WORK ORDER:
Copy, exactly and without additions, every line in the records below from the one holding "#51=CARTESIAN_POINT('',(6.,-5.75,6.));" through the one holding "#103=CARTESIAN_POINT('',(0.,-5.75,5.75));", both ends included.
>>>>>
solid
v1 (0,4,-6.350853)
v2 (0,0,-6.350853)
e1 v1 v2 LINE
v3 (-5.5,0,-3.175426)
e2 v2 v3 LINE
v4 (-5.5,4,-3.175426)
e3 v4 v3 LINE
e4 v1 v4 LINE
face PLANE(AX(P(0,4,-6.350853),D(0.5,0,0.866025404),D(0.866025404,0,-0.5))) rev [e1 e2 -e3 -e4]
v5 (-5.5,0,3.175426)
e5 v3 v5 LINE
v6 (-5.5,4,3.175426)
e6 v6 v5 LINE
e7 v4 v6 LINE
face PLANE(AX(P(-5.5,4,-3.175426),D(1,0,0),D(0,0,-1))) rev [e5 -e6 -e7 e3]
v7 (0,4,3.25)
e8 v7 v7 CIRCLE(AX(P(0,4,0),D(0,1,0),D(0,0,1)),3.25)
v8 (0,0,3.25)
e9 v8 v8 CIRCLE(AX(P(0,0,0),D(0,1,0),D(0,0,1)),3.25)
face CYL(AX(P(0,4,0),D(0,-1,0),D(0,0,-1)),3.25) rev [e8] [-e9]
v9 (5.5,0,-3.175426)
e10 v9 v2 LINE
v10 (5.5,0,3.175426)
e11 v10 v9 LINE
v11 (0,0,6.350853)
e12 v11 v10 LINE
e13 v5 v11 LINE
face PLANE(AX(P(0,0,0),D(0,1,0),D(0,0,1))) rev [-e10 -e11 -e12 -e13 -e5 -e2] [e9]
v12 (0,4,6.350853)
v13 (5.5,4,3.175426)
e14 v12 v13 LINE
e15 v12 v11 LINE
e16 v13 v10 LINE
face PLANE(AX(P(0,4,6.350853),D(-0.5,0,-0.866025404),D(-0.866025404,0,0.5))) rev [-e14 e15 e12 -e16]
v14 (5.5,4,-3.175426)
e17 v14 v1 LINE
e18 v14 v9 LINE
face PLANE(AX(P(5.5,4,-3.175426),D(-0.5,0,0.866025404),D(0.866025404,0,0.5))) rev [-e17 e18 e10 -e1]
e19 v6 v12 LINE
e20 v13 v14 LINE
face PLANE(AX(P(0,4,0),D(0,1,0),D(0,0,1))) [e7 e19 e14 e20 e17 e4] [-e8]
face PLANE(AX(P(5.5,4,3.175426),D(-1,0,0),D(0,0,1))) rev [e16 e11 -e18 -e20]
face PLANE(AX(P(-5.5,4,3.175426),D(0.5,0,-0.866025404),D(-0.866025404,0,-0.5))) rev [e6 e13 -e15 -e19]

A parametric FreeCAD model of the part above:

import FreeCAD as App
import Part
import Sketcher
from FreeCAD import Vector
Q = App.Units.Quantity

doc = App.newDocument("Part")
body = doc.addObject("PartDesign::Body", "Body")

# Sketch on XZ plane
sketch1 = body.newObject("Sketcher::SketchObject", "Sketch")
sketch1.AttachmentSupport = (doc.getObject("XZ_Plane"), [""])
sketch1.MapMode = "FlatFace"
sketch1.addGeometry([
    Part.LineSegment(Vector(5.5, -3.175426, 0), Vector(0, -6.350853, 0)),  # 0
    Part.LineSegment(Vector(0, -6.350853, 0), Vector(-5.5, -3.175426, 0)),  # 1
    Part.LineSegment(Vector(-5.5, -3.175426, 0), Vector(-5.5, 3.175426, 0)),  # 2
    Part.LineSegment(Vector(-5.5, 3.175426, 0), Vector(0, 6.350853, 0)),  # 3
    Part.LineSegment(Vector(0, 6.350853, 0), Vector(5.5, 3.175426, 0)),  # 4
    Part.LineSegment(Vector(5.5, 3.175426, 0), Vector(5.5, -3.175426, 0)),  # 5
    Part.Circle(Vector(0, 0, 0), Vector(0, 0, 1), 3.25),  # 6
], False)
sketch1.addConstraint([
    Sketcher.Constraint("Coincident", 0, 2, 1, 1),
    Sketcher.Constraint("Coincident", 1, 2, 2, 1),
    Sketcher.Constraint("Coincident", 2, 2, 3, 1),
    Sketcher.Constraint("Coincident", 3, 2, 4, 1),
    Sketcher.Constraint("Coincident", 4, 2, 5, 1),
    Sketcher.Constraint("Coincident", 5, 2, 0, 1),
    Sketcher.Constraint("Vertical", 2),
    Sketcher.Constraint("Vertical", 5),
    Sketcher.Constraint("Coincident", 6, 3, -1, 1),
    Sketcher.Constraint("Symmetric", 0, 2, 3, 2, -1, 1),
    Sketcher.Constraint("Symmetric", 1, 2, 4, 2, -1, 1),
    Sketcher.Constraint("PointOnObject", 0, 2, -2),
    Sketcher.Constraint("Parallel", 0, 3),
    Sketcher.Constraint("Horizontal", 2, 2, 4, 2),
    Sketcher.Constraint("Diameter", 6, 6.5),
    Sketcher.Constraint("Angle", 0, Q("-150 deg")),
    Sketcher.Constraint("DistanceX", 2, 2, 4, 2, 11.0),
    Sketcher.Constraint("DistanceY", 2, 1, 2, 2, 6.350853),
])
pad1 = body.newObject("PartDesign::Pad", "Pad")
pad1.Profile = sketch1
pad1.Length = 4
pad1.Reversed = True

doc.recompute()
<<<<<
>>>>>
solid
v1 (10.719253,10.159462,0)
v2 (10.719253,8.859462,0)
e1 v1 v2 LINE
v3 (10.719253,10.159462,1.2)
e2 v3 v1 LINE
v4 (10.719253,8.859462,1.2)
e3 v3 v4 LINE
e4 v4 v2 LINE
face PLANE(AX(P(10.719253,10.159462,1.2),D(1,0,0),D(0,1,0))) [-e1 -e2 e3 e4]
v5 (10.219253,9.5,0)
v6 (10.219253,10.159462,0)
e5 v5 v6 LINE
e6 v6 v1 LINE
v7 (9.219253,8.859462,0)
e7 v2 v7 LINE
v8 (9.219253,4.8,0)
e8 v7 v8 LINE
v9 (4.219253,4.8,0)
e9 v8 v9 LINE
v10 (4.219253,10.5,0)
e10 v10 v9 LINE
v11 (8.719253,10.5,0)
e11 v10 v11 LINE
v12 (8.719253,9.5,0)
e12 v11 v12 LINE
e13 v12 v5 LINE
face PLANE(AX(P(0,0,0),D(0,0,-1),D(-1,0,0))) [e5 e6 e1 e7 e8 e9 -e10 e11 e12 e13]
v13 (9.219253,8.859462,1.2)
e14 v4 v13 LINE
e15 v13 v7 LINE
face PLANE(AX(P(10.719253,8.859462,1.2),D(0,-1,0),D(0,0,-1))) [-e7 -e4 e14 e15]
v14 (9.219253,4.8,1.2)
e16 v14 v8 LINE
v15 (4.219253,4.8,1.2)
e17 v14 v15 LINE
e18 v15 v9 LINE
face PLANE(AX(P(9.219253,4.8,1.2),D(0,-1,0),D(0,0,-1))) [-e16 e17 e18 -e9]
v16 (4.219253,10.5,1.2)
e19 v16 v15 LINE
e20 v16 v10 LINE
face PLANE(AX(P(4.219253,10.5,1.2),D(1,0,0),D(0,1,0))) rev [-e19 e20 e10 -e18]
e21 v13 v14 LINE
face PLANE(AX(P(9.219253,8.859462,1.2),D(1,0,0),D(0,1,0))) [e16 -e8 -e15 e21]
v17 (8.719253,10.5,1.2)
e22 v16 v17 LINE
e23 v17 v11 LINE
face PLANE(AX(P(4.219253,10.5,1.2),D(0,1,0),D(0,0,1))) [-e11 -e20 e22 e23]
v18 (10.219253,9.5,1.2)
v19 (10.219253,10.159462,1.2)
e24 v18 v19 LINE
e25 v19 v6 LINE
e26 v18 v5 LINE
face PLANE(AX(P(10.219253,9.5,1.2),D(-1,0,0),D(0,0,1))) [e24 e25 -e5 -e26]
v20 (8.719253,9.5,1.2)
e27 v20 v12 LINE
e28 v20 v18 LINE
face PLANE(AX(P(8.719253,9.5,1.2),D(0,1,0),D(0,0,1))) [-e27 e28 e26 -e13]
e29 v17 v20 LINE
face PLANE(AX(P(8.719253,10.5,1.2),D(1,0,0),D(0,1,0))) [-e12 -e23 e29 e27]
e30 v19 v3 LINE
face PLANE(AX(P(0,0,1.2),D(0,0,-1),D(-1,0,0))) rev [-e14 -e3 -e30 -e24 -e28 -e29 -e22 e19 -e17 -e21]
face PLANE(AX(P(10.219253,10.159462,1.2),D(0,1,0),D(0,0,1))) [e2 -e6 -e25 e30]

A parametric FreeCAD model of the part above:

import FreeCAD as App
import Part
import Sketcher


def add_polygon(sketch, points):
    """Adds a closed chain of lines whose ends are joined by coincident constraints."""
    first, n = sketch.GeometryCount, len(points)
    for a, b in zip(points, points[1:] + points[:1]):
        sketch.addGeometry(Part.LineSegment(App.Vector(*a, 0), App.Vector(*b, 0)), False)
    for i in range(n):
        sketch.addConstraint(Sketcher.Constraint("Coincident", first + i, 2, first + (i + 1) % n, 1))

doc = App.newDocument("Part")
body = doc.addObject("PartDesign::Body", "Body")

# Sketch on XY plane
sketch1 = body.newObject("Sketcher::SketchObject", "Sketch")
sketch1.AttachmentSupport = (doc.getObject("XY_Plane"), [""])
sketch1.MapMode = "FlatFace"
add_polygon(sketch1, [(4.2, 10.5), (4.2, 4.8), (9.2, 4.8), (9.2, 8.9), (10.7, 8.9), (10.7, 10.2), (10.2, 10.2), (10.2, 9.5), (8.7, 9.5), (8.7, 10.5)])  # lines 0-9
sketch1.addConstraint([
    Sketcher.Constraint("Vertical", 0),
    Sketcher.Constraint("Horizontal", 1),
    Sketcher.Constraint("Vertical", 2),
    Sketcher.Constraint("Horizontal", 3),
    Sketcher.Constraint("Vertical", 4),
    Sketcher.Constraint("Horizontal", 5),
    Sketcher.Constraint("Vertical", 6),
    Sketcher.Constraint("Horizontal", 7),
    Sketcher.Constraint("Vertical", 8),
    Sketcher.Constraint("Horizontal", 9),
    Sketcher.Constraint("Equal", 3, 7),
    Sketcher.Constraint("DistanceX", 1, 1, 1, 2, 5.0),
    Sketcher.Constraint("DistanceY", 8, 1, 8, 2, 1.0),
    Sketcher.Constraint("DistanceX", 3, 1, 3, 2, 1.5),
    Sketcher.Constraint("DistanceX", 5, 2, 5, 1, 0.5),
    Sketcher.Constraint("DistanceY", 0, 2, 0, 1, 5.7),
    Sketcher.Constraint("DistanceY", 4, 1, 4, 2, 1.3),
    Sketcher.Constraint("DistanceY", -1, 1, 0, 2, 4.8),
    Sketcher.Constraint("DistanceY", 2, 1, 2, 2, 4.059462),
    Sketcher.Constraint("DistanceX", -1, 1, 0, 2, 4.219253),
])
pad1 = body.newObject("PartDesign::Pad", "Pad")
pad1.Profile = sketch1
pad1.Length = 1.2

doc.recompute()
<<<<<
>>>>>
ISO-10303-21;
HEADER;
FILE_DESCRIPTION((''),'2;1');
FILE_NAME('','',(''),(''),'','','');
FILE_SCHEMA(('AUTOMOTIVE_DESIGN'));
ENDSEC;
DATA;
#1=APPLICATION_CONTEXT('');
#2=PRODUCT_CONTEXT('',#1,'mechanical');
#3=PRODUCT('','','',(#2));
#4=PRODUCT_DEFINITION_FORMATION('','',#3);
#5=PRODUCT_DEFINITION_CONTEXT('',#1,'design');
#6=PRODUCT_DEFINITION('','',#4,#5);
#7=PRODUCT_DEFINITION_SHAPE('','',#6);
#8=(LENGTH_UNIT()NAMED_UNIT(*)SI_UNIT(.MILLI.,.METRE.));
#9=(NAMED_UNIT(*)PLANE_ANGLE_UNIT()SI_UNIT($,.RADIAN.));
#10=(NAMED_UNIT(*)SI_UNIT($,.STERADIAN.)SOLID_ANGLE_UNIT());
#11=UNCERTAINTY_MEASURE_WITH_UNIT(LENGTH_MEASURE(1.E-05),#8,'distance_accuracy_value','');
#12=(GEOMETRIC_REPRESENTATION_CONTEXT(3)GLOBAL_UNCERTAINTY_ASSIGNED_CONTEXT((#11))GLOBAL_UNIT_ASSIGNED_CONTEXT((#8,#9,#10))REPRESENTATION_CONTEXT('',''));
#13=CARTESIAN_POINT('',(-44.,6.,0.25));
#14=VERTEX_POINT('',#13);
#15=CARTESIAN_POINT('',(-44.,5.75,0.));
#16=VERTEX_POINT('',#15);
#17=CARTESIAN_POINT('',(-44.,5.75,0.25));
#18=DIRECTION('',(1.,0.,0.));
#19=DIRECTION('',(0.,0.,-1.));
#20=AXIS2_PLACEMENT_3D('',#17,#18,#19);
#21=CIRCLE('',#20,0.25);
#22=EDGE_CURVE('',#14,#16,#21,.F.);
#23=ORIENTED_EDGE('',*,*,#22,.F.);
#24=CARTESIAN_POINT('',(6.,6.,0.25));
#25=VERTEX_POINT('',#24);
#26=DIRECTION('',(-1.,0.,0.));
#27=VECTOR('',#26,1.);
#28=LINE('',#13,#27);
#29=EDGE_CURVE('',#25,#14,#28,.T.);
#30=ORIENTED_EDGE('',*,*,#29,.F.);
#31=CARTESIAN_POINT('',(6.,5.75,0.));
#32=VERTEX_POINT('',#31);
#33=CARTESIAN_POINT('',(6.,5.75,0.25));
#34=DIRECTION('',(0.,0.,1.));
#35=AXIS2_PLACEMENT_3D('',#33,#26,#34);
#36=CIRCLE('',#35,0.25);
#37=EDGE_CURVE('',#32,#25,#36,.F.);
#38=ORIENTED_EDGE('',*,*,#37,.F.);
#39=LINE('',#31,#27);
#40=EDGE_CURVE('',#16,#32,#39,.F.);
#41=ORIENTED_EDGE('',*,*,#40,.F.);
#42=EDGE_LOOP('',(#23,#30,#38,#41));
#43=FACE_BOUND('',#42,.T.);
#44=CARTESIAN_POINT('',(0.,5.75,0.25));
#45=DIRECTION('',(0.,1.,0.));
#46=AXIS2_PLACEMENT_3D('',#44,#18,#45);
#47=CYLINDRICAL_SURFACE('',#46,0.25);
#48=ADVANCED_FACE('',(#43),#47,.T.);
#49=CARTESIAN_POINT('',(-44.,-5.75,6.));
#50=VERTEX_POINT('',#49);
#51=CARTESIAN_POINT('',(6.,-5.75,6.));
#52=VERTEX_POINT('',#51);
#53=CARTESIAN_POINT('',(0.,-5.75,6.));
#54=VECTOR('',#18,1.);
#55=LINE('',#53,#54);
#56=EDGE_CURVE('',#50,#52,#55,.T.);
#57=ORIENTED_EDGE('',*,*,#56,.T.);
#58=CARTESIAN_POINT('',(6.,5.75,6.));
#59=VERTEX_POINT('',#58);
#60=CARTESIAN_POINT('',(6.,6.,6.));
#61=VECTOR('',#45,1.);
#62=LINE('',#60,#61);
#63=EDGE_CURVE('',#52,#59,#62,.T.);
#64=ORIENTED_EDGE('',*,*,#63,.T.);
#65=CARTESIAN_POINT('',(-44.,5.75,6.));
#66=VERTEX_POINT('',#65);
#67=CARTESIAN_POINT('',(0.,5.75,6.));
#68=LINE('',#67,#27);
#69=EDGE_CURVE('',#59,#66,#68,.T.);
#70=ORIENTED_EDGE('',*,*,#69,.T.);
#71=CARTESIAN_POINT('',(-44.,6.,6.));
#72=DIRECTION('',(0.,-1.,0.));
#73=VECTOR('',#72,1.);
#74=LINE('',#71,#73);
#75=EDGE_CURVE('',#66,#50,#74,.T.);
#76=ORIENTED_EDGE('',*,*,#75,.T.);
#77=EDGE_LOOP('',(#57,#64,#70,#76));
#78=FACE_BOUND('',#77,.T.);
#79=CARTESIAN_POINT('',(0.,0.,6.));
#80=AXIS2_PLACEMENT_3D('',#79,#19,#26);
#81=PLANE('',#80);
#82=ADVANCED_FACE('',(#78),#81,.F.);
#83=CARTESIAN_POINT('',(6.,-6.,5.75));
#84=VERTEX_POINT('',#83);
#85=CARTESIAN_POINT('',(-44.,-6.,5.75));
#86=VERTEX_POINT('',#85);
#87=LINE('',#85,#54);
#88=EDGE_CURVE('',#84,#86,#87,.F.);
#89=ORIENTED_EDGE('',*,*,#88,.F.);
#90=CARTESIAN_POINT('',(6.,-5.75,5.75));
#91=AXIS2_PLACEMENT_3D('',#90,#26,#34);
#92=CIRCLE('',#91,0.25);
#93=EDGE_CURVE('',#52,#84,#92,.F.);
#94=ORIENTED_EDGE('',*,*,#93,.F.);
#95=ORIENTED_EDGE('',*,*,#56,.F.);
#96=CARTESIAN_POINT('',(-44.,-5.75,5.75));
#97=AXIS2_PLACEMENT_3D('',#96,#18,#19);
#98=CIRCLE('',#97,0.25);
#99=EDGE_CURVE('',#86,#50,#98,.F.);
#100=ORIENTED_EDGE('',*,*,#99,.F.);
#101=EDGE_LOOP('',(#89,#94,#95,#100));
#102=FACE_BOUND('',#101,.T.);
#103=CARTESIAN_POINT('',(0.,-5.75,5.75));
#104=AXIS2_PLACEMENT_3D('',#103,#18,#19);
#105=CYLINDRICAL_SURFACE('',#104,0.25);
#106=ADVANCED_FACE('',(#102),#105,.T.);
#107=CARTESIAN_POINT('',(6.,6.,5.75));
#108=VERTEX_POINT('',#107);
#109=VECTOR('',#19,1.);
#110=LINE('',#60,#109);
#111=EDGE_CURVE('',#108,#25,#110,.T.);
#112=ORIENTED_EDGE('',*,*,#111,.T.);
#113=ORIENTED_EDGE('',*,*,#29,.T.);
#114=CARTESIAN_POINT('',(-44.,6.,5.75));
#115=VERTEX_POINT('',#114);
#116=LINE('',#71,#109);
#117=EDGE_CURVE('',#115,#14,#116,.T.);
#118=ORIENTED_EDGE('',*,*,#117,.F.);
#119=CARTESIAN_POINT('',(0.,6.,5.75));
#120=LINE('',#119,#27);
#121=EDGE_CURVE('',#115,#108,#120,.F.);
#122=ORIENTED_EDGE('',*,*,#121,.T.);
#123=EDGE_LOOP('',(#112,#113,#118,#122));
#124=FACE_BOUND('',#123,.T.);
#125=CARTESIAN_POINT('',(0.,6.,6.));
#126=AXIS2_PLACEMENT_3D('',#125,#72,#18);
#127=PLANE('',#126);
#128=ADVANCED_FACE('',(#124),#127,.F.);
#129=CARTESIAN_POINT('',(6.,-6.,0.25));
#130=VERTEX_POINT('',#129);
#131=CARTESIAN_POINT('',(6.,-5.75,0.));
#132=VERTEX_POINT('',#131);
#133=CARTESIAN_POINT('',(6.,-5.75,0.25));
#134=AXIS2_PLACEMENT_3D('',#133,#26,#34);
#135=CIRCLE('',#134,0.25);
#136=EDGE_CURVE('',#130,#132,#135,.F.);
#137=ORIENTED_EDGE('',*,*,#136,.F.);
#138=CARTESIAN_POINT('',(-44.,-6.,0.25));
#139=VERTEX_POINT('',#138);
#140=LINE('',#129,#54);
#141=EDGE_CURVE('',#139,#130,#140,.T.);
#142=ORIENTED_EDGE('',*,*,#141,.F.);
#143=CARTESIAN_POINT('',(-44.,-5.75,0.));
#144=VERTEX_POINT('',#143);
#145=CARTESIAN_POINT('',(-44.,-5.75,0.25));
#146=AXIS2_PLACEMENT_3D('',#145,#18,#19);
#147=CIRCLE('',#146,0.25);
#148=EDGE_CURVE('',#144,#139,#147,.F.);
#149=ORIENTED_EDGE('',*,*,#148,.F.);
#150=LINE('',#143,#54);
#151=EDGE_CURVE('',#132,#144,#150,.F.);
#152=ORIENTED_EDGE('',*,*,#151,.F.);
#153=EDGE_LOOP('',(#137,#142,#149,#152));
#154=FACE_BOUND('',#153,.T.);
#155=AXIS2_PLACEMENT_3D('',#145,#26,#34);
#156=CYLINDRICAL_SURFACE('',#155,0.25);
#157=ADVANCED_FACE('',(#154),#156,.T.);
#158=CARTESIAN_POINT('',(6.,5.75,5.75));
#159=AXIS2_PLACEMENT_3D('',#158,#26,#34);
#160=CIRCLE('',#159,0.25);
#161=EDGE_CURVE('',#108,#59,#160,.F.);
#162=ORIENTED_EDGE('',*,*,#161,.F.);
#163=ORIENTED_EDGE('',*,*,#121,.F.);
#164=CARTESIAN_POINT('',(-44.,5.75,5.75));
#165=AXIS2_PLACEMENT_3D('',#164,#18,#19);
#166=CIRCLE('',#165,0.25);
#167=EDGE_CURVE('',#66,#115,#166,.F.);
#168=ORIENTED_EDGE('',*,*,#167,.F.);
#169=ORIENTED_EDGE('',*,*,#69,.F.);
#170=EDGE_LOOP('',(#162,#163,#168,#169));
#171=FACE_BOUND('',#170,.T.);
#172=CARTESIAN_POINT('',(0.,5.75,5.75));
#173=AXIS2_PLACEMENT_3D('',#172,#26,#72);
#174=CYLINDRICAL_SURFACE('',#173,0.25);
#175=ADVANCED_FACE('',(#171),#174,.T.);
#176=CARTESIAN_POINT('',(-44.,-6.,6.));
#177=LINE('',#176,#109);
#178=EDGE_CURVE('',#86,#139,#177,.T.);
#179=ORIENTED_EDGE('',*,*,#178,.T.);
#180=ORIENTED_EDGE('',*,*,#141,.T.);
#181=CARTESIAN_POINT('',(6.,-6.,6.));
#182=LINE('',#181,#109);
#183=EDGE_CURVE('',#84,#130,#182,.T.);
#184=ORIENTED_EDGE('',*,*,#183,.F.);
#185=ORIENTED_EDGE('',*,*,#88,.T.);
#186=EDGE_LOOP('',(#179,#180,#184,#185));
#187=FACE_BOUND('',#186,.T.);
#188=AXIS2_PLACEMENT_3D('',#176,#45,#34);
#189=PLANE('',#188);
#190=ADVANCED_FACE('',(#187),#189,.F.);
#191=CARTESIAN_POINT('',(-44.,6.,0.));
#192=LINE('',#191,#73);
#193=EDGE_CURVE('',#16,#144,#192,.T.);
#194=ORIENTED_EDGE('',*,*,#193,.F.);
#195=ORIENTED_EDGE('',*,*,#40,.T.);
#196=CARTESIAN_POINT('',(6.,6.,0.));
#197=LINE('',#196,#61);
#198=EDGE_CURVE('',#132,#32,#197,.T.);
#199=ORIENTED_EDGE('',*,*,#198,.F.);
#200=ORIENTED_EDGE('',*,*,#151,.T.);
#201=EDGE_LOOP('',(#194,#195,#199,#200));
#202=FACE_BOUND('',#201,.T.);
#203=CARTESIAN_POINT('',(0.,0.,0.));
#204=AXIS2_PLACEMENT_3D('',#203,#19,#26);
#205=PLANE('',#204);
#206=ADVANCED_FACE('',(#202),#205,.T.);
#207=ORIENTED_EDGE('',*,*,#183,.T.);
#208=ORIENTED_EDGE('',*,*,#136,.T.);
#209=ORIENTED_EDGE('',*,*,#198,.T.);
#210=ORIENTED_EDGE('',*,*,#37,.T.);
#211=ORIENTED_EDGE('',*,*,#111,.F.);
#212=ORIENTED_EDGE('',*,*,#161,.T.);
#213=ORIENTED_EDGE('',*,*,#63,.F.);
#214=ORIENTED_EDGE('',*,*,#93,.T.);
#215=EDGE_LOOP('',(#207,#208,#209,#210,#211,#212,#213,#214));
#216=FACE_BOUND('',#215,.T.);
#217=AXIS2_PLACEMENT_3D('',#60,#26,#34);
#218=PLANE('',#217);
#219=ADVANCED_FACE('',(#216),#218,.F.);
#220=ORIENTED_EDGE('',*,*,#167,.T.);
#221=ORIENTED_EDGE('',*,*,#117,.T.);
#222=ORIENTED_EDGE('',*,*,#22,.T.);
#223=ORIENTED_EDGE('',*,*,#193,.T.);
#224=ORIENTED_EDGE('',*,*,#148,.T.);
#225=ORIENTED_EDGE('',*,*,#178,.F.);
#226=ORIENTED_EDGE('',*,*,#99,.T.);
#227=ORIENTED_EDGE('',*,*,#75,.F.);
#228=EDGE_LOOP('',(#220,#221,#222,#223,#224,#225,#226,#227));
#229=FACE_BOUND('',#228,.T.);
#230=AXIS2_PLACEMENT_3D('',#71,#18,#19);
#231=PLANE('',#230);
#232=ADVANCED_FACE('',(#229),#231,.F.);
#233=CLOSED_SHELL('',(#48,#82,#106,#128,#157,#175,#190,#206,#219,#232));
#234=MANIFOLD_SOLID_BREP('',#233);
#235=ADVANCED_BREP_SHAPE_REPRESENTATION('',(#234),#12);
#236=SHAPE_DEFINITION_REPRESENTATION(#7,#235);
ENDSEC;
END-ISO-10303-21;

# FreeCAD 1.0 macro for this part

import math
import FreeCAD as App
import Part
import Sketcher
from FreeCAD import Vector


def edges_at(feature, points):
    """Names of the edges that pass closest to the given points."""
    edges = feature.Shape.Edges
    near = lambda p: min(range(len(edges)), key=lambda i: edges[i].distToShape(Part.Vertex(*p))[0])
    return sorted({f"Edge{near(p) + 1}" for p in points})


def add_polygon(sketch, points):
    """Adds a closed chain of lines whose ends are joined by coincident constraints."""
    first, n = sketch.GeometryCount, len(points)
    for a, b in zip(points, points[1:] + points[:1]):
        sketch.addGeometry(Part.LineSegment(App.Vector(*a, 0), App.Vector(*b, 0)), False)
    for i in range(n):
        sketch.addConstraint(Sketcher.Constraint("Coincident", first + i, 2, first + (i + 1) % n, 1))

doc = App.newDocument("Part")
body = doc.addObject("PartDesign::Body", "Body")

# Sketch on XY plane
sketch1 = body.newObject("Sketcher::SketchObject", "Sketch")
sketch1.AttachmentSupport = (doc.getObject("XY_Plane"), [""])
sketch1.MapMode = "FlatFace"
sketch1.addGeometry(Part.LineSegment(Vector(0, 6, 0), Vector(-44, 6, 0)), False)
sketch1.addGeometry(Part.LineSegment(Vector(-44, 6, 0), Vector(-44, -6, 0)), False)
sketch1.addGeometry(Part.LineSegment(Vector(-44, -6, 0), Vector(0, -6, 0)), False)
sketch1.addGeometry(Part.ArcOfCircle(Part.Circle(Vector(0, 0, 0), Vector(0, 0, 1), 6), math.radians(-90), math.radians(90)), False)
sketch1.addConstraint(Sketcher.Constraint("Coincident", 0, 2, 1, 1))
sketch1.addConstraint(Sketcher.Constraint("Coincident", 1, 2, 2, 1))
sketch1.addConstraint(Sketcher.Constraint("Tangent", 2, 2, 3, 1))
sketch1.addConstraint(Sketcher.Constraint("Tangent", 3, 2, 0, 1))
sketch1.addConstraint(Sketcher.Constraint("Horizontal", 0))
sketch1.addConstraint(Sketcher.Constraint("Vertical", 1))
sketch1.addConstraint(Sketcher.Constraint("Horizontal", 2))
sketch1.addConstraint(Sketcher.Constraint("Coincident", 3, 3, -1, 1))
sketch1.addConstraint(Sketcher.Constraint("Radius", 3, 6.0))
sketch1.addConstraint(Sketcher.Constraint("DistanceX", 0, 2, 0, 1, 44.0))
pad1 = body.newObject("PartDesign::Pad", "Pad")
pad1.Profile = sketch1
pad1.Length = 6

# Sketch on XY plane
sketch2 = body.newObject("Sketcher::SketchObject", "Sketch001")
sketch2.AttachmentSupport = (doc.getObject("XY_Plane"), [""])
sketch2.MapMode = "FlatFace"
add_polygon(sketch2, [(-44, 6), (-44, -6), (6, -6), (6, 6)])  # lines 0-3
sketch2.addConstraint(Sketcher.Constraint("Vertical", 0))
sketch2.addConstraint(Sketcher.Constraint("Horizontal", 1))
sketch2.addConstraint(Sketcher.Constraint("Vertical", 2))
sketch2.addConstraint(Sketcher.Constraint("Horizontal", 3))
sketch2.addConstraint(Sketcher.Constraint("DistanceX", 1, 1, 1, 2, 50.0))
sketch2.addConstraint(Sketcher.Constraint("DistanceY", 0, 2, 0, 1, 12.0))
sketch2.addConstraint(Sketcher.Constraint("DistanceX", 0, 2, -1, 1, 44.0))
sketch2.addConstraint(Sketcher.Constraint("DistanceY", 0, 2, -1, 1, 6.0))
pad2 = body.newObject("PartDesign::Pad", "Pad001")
<<<<<
ANSWER TO THE PROBLEM:
#51=CARTESIAN_POINT('',(6.,-5.75,6.));
#52=VERTEX_POINT('',#51);
#53=CARTESIAN_POINT('',(0.,-5.75,6.));
#54=VECTOR('',#18,1.);
#55=LINE('',#53,#54);
#56=EDGE_CURVE('',#50,#52,#55,.T.);
#57=ORIENTED_EDGE('',*,*,#56,.T.);
#58=CARTESIAN_POINT('',(6.,5.75,6.));
#59=VERTEX_POINT('',#58);
#60=CARTESIAN_POINT('',(6.,6.,6.));
#61=VECTOR('',#45,1.);
#62=LINE('',#60,#61);
#63=EDGE_CURVE('',#52,#59,#62,.T.);
#64=ORIENTED_EDGE('',*,*,#63,.T.);
#65=CARTESIAN_POINT('',(-44.,5.75,6.));
#66=VERTEX_POINT('',#65);
#67=CARTESIAN_POINT('',(0.,5.75,6.));
#68=LINE('',#67,#27);
#69=EDGE_CURVE('',#59,#66,#68,.T.);
#70=ORIENTED_EDGE('',*,*,#69,.T.);
#71=CARTESIAN_POINT('',(-44.,6.,6.));
#72=DIRECTION('',(0.,-1.,0.));
#73=VECTOR('',#72,1.);
#74=LINE('',#71,#73);
#75=EDGE_CURVE('',#66,#50,#74,.T.);
#76=ORIENTED_EDGE('',*,*,#75,.T.);
#77=EDGE_LOOP('',(#57,#64,#70,#76));
#78=FACE_BOUND('',#77,.T.);
#79=CARTESIAN_POINT('',(0.,0.,6.));
#80=AXIS2_PLACEMENT_3D('',#79,#19,#26);
#81=PLANE('',#80);
#82=ADVANCED_FACE('',(#78),#81,.F.);
#83=CARTESIAN_POINT('',(6.,-6.,5.75));
#84=VERTEX_POINT('',#83);
#85=CARTESIAN_POINT('',(-44.,-6.,5.75));
#86=VERTEX_POINT('',#85);
#87=LINE('',#85,#54);
#88=EDGE_CURVE('',#84,#86,#87,.F.);
#89=ORIENTED_EDGE('',*,*,#88,.F.);
#90=CARTESIAN_POINT('',(6.,-5.75,5.75));
#91=AXIS2_PLACEMENT_3D('',#90,#26,#34);
#92=CIRCLE('',#91,0.25);
#93=EDGE_CURVE('',#52,#84,#92,.F.);
#94=ORIENTED_EDGE('',*,*,#93,.F.);
#95=ORIENTED_EDGE('',*,*,#56,.F.);
#96=CARTESIAN_POINT('',(-44.,-5.75,5.75));
#97=AXIS2_PLACEMENT_3D('',#96,#18,#19);
#98=CIRCLE('',#97,0.25);
#99=EDGE_CURVE('',#86,#50,#98,.F.);
#100=ORIENTED_EDGE('',*,*,#99,.F.);
#101=EDGE_LOOP('',(#89,#94,#95,#100));
#102=FACE_BOUND('',#101,.T.);
#103=CARTESIAN_POINT('',(0.,-5.75,5.75));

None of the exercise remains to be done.